Since labour force refers to employed and unemployed people of working age and
below retirement age, the age distribution of a country can also comes into
consideration. Singapore for example, would have a decreasing labour force, as it is
an ageing population, and the number of employed and unemployed people of
working age and below retirement age is getting lower.

For example, a country with a large population would naturally have a larger size of
labour force as compared to a country with a small population. Also government
policies and incentives that are able to attract foreigners to work in the country can
affect the size of the labour force. Such that, if the country has a stable government
and offers better job prospects to foreigners, foreigners may immigrate and work in
that country increasing the size of the country’s labour force.

Countries with a large labour force may not necessarily mean that it
is doing well economically. This is because the efficiency and
productivity of labour in the country may not be high. Efficiency and
productivity of labour refers to a country producing the maximum
amount of output (consumer goods or producer goods) using all the
possible input (resources) at a fast rate. OR Labour productivity is the
quantity of output per time spent or numbers employed. Could be measured in, for
example, Singapore dollars per hour.

A country may have the resources and labour force to produce a certain amount of
goods, but it can choose not to produce lesser of a good than what it actually can.

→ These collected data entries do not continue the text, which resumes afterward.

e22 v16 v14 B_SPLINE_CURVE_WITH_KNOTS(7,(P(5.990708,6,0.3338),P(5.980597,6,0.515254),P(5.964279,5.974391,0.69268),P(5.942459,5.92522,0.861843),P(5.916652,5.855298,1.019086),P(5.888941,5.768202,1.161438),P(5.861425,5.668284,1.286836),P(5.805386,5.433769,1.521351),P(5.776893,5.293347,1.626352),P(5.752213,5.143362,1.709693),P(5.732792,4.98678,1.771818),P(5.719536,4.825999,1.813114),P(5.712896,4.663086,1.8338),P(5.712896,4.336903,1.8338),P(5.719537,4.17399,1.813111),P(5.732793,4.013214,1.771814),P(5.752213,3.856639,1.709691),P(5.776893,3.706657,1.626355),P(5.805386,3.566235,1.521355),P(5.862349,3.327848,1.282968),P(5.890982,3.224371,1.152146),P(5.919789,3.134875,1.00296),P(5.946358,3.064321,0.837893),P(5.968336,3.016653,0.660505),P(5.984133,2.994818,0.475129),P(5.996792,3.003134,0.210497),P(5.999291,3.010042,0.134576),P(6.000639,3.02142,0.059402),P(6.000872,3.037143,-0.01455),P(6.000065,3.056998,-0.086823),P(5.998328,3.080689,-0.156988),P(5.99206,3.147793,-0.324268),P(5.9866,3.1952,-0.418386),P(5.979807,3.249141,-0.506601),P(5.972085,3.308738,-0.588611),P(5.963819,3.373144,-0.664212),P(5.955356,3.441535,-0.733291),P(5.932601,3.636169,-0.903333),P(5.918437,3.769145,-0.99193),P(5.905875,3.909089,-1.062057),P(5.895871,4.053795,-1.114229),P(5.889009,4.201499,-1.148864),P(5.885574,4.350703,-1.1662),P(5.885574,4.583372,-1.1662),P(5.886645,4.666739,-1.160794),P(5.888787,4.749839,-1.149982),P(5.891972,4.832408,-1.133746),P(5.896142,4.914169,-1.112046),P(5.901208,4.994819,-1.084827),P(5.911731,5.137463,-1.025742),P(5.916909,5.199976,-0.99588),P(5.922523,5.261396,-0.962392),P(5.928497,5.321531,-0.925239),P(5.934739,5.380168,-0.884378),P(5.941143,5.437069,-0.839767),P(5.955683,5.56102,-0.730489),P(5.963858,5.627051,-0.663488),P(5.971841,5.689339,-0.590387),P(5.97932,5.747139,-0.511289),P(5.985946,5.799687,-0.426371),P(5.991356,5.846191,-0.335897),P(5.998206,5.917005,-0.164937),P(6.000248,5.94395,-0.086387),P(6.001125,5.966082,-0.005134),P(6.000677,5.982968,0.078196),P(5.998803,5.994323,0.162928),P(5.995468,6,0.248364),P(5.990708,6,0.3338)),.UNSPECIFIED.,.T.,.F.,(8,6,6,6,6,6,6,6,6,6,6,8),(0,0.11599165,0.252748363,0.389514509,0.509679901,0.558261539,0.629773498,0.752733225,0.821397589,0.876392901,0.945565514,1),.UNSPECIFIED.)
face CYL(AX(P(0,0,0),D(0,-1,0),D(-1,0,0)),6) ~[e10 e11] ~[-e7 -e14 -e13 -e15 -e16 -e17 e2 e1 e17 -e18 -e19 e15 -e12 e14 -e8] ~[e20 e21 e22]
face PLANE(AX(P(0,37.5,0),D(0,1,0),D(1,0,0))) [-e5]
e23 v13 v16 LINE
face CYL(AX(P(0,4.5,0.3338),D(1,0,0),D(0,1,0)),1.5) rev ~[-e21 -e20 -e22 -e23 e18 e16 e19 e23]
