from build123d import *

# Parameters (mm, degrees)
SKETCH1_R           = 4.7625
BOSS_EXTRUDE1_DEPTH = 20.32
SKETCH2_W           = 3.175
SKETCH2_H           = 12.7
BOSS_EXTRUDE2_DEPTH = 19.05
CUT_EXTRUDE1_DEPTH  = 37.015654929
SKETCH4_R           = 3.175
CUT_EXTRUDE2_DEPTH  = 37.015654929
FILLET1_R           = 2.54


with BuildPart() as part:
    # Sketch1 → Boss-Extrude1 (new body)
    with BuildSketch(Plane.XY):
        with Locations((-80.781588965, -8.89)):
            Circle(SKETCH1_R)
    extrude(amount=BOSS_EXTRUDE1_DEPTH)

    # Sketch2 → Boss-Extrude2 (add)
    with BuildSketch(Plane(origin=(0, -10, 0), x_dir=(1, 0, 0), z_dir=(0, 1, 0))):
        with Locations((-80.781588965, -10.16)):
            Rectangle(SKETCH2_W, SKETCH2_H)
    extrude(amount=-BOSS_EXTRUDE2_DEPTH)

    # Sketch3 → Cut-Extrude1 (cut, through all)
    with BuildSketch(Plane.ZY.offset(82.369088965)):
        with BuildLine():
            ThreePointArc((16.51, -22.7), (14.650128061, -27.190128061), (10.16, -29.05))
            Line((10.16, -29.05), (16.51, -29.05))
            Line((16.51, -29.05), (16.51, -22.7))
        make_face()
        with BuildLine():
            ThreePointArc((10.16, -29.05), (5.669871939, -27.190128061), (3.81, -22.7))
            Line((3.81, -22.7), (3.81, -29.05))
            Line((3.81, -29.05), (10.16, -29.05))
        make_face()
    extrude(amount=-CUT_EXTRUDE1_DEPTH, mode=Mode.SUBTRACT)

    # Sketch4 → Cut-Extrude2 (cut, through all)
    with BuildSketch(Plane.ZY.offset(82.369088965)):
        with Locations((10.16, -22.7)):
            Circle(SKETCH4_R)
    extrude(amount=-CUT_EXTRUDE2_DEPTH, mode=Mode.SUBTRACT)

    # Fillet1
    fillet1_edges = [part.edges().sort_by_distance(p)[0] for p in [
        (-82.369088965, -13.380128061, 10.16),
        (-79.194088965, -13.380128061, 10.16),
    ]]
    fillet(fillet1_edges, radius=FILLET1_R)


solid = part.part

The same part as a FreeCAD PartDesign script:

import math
import FreeCAD as App
import Part
import Sketcher
from FreeCAD import Vector
Q = App.Units.Quantity


def edges_at(feature, points):
    """Names of the edges that pass closest to the given points."""
    edges = feature.Shape.Edges
    near = lambda p: min(range(len(edges)), key=lambda i: edges[i].distToShape(Part.Vertex(*p))[0])
    return sorted({f"Edge{near(p) + 1}" for p in points})


def add_polygon(sketch, points):
    """Adds a closed chain of lines whose ends are joined by coincident constraints."""
    first, n = sketch.GeometryCount, len(points)
    for a, b in zip(points, points[1:] + points[:1]):
        sketch.addGeometry(Part.LineSegment(App.Vector(*a, 0), App.Vector(*b, 0)), False)
    for i in range(n):
        sketch.addConstraint(Sketcher.Constraint("Coincident", first + i, 2, first + (i + 1) % n, 1))

doc = App.newDocument("Part")
body = doc.addObject("PartDesign::Body", "Body")

# Sketch on XY plane
sketch1 = body.newObject("Sketcher::SketchObject", "Sketch")
sketch1.AttachmentSupport = (doc.getObject("XY_Plane"), [""])
sketch1.MapMode = "FlatFace"
sketch1.addGeometry(Part.Circle(Vector(-80.781589, -8.89, 0), Vector(0, 0, 1), 4.7625), False)
sketch1.addConstraint([
    Sketcher.Constraint("Diameter", 0, Q("0.375 in")),
    Sketcher.Constraint("DistanceY", 0, 3, -1, 1, Q("0.35 in")),
    Sketcher.Constraint("DistanceX", 0, 3, -1, 1, 80.781589),
])
pad1 = body.newObject("PartDesign::Pad", "Pad")
pad1.Profile = sketch1
pad1.Length = Q("0.8 in")

# Sketch on XZ plane
sketch2 = body.newObject("Sketcher::SketchObject", "Sketch001")
sketch2.AttachmentSupport = (doc.getObject("XZ_Plane"), [""])
sketch2.MapMode = "FlatFace"
sketch2.AttachmentOffset = App.Placement(Vector(0, 0, 10), App.Rotation())
add_polygon(sketch2, [(-82.369089, 3.81), (-82.369089, 16.51), (-79.194089, 16.51), (-79.194089, 3.81)])  # lines 0-3
sketch2.addConstraint([
    Sketcher.Constraint("Vertical", 0),
    Sketcher.Constraint("Horizontal", 1),
    Sketcher.Constraint("Vertical", 2),
    Sketcher.Constraint("Horizontal", 3),
    Sketcher.Constraint("DistanceY", 0, 1, 0, 2, Q("0.5 in")),
    Sketcher.Constraint("DistanceX", 1, 1, 1, 2, Q("0.125 in")),
    Sketcher.Constraint("DistanceY", -1, 1, 0, 2, Q("0.65 in")),
    Sketcher.Constraint("DistanceX", 0, 2, -1, 1, 82.369089),
])
pad2 = body.newObject("PartDesign::Pad", "Pad001")
pad2.Profile = sketch2
pad2.Length = Q("0.75 in")

# Sketch on YZ plane
sketch3 = body.newObject("Sketcher::SketchObject", "Sketch002")
sketch3.AttachmentSupport = (doc.getObject("YZ_Plane"), [""])
sketch3.MapMode = "FlatFace"
sketch3.AttachmentOffset = App.Placement(Vector(0, 0, -82.369089), App.Rotation())
sketch3.addGeometry([
    Part.ArcOfCircle(Part.Circle(Vector(-22.7, 10.16, 0), Vector(0, 0, 1), 6.35), math.radians(90), math.radians(180)),  # 0
    Part.LineSegment(Vector(-29.05, 10.16, 0), Vector(-29.05, 16.51, 0)),  # 1
    Part.LineSegment(Vector(-29.05, 16.51, 0), Vector(-22.7, 16.51, 0)),  # 2
    Part.ArcOfCircle(Part.Circle(Vector(-22.7, 10.16, 0), Vector(0, 0, 1), 6.35), math.radians(180), math.radians(270)),  # 3
    Part.LineSegment(Vector(-22.7, 3.81, 0), Vector(-29.05, 3.81, 0)),  # 4
    Part.LineSegment(Vector(-29.05, 3.81, 0), Vector(-29.05, 10.16, 0)),  # 5
], False)
sketch3.addConstraint([
    Sketcher.Constraint("Tangent", 0, 2, 1, 1),
    Sketcher.Constraint("Coincident", 1, 2, 2, 1),
    Sketcher.Constraint("Tangent", 2, 2, 0, 1),
    Sketcher.Constraint("Tangent", 3, 2, 4, 1),
    Sketcher.Constraint("Coincident", 4, 2, 5, 1),
    Sketcher.Constraint("Tangent", 5, 2, 3, 1),
    Sketcher.Constraint("Vertical", 1),
    Sketcher.Constraint("Horizontal", 2),
    Sketcher.Constraint("Horizontal", 4),
    Sketcher.Constraint("Vertical", 5),
    Sketcher.Constraint("Coincident", 3, 3, 0, 3),
    Sketcher.Constraint("Equal", 0, 3),
    Sketcher.Constraint("Radius", 0, Q("0.25 in")),
    Sketcher.Constraint("DistanceY", -1, 1, 0, 3, Q("0.4 in")),
    Sketcher.Constraint("DistanceX", 0, 3, -1, 1, 22.7),
])
pocket1 = body.newObject("PartDesign::Pocket", "Pocket")
pocket1.Profile = sketch3
pocket1.Type = "ThroughAll"
pocket1.Reversed = True

# Sketch on YZ plane
sketch4 = body.newObject("Sketcher::SketchObject", "Sketch003")
sketch4.AttachmentSupport = (doc.getObject("YZ_Plane"), [""])
sketch4.MapMode = "FlatFace"
sketch4.AttachmentOffset = App.Placement(Vector(0, 0, -82.369089), App.Rotation())
sketch4.addGeometry(Part.Circle(Vector(-22.7, 10.16, 0), Vector(0, 0, 1), 3.175), False)
sketch4.addConstraint([
    Sketcher.Constraint("Diameter", 0, Q("0.25 in")),
    Sketcher.Constraint("DistanceY", -1, 1, 0, 3, Q("0.4 in")),
    Sketcher.Constraint("DistanceX", 0, 3, -1, 1, 22.7),
])
pocket2 = body.newObject("PartDesign::Pocket", "Pocket001")
pocket2.Profile = sketch4
pocket2.Type = "ThroughAll"
pocket2.Reversed = True
doc.recompute()

fillet = body.newObject("PartDesign::Fillet", "Fillet")
fillet.Base = (pocket2, edges_at(pocket2, [(-82.369, -13.38, 10.16), (-79.194, -13.38, 10.16)]))
fillet.Radius = Q("0.1 in")

doc.recompute()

This
leads to factors that affect a country’s efficiency of labour.

The factors include the number of participating labour force (people who are
employed and paid for their work), wealth of a country, government incentives,
natural disasters, literacy rate, culture and mobility of labour. Government incentives
motivate workers to work harder thus increasing productivity and efficiency.
Mobility of labour has various meanings, a few of which are, freedom of workers to
practice their occupation wherever opportunity exists to the extent where workers are
able to or willing to move between different jobs, occupations and geographical areas,
flexibility of trade between countries.

Mobility of labour allows the participating labour force to be open to wider


opportunities and job prospects. Such as trade relations with other countries can create
a need for a certain type or product to be produce, this would increase productivity of
labour.

Division of labour or also known as specialization is the


specialization of cooperative labour in specific, circumscribed tasks
and roles intended to increase productivity of labour.

Through division of labour, each worker in a firm or company can concentrate on


what they are good at and build up their expertise, becoming specialists. Specialist
workers become quicker at producing goods increasing productivity of labour as the
production per good becomes cheaper because of this, increasing profits.

Although it may increase productivity, it is risky because if a country relies only


focuses on one production area, when the product is not demanded, the country’s
economy may fall, due to little diversification. Also, workers may be less motivated to
do work as there is no variety in jobs. The economy of the country may suffer if the
sectors of a country are not diversified when the specialised sector fails.